▸ **TASK TO CARRY OUT**:
Please take the records that follow and repeat exactly the lines starting with the line with "F3_DEPTH = 12.7" and going on through the line with "-1.039864), (58.186508, -1.5875))".

[Records from a dataset]
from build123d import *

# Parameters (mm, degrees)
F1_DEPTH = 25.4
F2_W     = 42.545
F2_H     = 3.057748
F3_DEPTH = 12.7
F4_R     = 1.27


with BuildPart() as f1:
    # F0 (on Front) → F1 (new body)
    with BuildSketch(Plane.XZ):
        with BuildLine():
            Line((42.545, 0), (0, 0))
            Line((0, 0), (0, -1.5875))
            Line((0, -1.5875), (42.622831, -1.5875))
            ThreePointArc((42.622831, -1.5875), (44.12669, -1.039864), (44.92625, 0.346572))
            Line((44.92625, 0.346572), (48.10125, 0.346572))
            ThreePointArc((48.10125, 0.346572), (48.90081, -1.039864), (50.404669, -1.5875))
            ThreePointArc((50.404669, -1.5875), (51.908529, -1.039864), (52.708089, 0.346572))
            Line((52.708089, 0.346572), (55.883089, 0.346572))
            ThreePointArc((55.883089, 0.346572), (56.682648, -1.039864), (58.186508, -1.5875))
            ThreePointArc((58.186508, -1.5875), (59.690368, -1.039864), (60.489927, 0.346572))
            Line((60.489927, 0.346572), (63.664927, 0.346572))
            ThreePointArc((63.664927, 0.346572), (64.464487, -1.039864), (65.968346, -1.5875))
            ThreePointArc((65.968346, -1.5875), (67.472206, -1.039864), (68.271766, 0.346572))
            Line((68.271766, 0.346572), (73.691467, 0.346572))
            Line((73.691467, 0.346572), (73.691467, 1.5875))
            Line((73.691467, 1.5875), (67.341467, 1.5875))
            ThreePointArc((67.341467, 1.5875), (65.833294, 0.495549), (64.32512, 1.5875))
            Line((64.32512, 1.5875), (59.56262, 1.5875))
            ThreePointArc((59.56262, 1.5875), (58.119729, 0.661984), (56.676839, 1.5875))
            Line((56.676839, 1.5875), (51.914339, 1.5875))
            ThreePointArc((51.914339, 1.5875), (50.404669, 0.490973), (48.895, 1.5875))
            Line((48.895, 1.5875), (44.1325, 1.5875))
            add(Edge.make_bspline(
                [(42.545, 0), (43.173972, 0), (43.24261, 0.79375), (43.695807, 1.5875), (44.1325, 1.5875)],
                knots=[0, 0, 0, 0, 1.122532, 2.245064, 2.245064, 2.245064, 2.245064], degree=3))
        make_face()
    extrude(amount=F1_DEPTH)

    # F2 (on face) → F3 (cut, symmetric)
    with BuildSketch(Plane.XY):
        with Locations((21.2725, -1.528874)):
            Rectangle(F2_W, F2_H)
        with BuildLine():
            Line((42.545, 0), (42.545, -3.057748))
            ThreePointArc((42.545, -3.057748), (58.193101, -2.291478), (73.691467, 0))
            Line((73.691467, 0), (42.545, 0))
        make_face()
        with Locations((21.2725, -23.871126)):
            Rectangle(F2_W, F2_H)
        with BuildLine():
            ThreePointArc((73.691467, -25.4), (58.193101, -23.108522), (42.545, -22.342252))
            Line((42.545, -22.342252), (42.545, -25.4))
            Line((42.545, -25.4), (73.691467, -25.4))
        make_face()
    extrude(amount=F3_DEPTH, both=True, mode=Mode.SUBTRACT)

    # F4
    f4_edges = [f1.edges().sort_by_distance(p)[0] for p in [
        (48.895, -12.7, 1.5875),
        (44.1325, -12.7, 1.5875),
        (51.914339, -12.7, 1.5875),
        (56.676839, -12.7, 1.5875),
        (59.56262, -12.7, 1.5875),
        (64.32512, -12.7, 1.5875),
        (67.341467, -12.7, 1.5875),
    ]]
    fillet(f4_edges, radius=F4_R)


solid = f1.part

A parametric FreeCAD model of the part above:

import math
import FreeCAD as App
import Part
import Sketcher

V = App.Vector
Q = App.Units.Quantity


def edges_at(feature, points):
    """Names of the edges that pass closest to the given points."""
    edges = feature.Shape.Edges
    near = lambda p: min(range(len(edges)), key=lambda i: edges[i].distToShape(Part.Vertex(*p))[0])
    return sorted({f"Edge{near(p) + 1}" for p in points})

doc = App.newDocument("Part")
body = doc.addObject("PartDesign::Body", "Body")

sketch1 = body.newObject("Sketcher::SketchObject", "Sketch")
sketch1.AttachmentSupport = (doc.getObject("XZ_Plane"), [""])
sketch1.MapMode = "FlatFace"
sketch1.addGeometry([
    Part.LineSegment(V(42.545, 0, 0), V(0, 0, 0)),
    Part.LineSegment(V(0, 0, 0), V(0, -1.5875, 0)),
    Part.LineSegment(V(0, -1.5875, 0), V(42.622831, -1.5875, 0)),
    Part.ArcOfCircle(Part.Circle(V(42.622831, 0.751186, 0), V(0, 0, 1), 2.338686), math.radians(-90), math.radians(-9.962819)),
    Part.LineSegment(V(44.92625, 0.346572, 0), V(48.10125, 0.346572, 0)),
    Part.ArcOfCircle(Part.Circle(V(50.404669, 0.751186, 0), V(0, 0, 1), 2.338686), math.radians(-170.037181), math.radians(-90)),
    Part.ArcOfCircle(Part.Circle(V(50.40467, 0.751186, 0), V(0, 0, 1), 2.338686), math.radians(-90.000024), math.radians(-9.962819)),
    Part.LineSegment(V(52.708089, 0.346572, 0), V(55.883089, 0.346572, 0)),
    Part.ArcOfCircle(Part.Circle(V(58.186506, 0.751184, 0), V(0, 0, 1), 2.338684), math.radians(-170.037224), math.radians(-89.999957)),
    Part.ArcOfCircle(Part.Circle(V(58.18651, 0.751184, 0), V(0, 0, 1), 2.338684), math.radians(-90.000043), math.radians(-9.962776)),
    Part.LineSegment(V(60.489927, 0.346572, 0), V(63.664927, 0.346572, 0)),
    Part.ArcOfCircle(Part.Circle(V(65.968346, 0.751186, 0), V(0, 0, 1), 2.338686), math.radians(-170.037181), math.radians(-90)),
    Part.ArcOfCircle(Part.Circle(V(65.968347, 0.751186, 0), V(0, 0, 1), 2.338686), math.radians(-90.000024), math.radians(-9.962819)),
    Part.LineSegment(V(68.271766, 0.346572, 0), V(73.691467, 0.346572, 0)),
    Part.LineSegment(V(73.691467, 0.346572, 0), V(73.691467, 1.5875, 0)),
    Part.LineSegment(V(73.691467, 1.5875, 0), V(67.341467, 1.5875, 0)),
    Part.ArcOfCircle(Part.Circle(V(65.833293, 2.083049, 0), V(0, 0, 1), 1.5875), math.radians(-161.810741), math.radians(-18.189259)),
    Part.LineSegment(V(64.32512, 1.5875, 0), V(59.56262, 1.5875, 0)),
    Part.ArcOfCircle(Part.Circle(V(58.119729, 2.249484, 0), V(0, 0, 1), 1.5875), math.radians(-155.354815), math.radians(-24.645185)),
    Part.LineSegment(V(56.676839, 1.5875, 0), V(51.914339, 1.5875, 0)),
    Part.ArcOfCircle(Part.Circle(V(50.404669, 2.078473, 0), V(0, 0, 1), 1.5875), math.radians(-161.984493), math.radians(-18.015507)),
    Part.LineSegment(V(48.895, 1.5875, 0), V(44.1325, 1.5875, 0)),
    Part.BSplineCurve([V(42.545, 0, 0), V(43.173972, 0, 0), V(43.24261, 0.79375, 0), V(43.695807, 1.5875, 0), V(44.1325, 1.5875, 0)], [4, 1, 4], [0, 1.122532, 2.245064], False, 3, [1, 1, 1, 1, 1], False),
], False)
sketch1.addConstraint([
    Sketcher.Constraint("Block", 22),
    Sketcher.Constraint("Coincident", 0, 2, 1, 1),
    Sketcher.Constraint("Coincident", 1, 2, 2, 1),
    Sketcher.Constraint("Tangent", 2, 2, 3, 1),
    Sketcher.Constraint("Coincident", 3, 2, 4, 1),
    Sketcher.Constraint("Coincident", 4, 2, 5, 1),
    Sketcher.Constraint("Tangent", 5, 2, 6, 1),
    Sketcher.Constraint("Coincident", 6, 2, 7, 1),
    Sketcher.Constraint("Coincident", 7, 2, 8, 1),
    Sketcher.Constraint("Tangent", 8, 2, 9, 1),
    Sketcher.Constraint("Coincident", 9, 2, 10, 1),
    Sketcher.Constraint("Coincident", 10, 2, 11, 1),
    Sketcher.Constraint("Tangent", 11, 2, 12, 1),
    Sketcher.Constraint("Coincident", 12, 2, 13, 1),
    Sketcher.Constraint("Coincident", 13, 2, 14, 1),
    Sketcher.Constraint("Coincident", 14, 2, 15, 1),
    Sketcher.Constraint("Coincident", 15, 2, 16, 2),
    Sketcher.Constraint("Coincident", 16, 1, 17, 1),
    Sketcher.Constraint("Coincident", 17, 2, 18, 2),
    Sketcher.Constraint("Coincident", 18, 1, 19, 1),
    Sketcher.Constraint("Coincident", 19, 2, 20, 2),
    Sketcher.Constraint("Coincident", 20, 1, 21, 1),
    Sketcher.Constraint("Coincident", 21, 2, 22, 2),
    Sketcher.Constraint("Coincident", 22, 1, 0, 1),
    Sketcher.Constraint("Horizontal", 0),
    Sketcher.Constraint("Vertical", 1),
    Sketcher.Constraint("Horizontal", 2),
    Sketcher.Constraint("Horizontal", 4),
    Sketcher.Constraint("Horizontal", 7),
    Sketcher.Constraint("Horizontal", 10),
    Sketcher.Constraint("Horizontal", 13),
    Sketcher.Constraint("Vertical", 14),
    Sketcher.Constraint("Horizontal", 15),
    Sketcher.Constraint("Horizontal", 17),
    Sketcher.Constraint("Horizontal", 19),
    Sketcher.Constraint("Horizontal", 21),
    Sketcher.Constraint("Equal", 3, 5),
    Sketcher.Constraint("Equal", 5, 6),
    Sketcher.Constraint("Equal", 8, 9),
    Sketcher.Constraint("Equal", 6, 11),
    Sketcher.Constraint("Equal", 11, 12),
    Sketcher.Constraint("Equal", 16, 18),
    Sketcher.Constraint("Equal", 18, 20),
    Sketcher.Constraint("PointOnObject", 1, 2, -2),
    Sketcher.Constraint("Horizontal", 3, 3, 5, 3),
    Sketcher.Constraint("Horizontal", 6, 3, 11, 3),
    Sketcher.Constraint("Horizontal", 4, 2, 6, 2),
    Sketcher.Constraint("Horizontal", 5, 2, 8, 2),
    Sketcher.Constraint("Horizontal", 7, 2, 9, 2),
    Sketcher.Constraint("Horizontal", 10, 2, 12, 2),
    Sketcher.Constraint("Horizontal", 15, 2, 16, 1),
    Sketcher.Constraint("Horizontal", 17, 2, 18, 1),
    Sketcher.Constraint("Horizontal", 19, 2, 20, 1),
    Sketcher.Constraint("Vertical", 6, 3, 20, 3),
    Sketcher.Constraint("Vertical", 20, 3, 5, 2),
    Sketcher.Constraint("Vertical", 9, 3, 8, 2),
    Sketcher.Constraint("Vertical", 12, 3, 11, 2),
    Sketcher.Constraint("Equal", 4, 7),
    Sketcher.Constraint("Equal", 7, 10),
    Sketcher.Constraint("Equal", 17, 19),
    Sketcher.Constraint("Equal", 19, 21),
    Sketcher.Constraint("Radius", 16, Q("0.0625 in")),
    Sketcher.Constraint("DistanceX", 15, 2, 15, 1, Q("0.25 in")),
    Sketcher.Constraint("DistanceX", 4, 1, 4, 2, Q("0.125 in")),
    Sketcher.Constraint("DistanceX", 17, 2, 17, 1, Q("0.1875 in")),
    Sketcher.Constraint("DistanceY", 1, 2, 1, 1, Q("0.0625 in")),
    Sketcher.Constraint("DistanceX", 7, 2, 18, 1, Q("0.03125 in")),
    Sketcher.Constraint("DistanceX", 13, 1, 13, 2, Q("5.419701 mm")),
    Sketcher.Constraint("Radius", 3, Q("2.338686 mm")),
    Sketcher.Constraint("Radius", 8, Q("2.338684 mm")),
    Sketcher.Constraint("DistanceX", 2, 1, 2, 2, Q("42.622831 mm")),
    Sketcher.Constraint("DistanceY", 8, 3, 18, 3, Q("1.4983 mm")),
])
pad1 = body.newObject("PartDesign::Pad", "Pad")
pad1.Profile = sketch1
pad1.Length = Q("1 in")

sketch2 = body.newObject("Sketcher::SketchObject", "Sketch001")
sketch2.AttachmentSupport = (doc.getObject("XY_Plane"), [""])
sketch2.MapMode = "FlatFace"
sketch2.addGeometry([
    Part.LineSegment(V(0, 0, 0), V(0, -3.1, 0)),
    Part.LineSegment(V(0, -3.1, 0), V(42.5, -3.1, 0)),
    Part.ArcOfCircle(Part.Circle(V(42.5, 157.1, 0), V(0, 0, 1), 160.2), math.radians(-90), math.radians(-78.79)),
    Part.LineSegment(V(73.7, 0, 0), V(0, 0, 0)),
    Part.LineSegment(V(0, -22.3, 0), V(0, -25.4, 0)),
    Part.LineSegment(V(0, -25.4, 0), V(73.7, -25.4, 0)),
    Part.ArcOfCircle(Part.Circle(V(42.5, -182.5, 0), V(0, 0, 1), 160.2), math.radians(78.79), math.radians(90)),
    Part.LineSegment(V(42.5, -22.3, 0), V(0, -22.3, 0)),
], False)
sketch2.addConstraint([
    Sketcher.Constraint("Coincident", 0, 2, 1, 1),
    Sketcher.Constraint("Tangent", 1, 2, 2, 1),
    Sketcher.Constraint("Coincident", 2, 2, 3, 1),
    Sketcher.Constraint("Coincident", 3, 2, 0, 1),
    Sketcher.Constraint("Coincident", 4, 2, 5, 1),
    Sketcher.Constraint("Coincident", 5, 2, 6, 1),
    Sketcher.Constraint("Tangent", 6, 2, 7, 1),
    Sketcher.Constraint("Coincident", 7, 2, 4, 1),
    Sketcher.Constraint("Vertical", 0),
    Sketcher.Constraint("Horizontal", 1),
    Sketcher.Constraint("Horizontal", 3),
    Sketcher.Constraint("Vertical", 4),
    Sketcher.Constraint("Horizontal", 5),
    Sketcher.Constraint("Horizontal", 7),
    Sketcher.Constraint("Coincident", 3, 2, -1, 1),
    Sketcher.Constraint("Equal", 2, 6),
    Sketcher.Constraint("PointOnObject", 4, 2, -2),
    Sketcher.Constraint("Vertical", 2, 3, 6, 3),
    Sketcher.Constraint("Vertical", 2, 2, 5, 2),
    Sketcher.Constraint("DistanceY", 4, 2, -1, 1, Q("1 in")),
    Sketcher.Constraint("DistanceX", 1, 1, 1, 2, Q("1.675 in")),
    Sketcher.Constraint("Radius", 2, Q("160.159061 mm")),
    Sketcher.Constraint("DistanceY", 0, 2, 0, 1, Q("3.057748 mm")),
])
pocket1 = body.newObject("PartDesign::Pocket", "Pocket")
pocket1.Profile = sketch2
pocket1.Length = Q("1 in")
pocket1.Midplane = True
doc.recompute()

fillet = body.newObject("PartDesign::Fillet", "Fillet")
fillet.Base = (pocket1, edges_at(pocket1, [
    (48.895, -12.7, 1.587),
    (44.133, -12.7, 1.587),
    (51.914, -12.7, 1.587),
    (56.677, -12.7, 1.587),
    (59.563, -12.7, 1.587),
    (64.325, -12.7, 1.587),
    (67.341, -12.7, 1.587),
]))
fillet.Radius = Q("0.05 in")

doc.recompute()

▸ **RESPONSE**:
F3_DEPTH = 12.7
F4_R     = 1.27


with BuildPart() as f1:
    # F0 (on Front) → F1 (new body)
    with BuildSketch(Plane.XZ):
        with BuildLine():
            Line((42.545, 0), (0, 0))
            Line((0, 0), (0, -1.5875))
            Line((0, -1.5875), (42.622831, -1.5875))
            ThreePointArc((42.622831, -1.5875), (44.12669, -1.039864), (44.92625, 0.346572))
            Line((44.92625, 0.346572), (48.10125, 0.346572))
            ThreePointArc((48.10125, 0.346572), (48.90081, -1.039864), (50.404669, -1.5875))
            ThreePointArc((50.404669, -1.5875), (51.908529, -1.039864), (52.708089, 0.346572))
            Line((52.708089, 0.346572), (55.883089, 0.346572))
            ThreePointArc((55.883089, 0.346572), (56.682648, -1.039864), (58.186508, -1.5875))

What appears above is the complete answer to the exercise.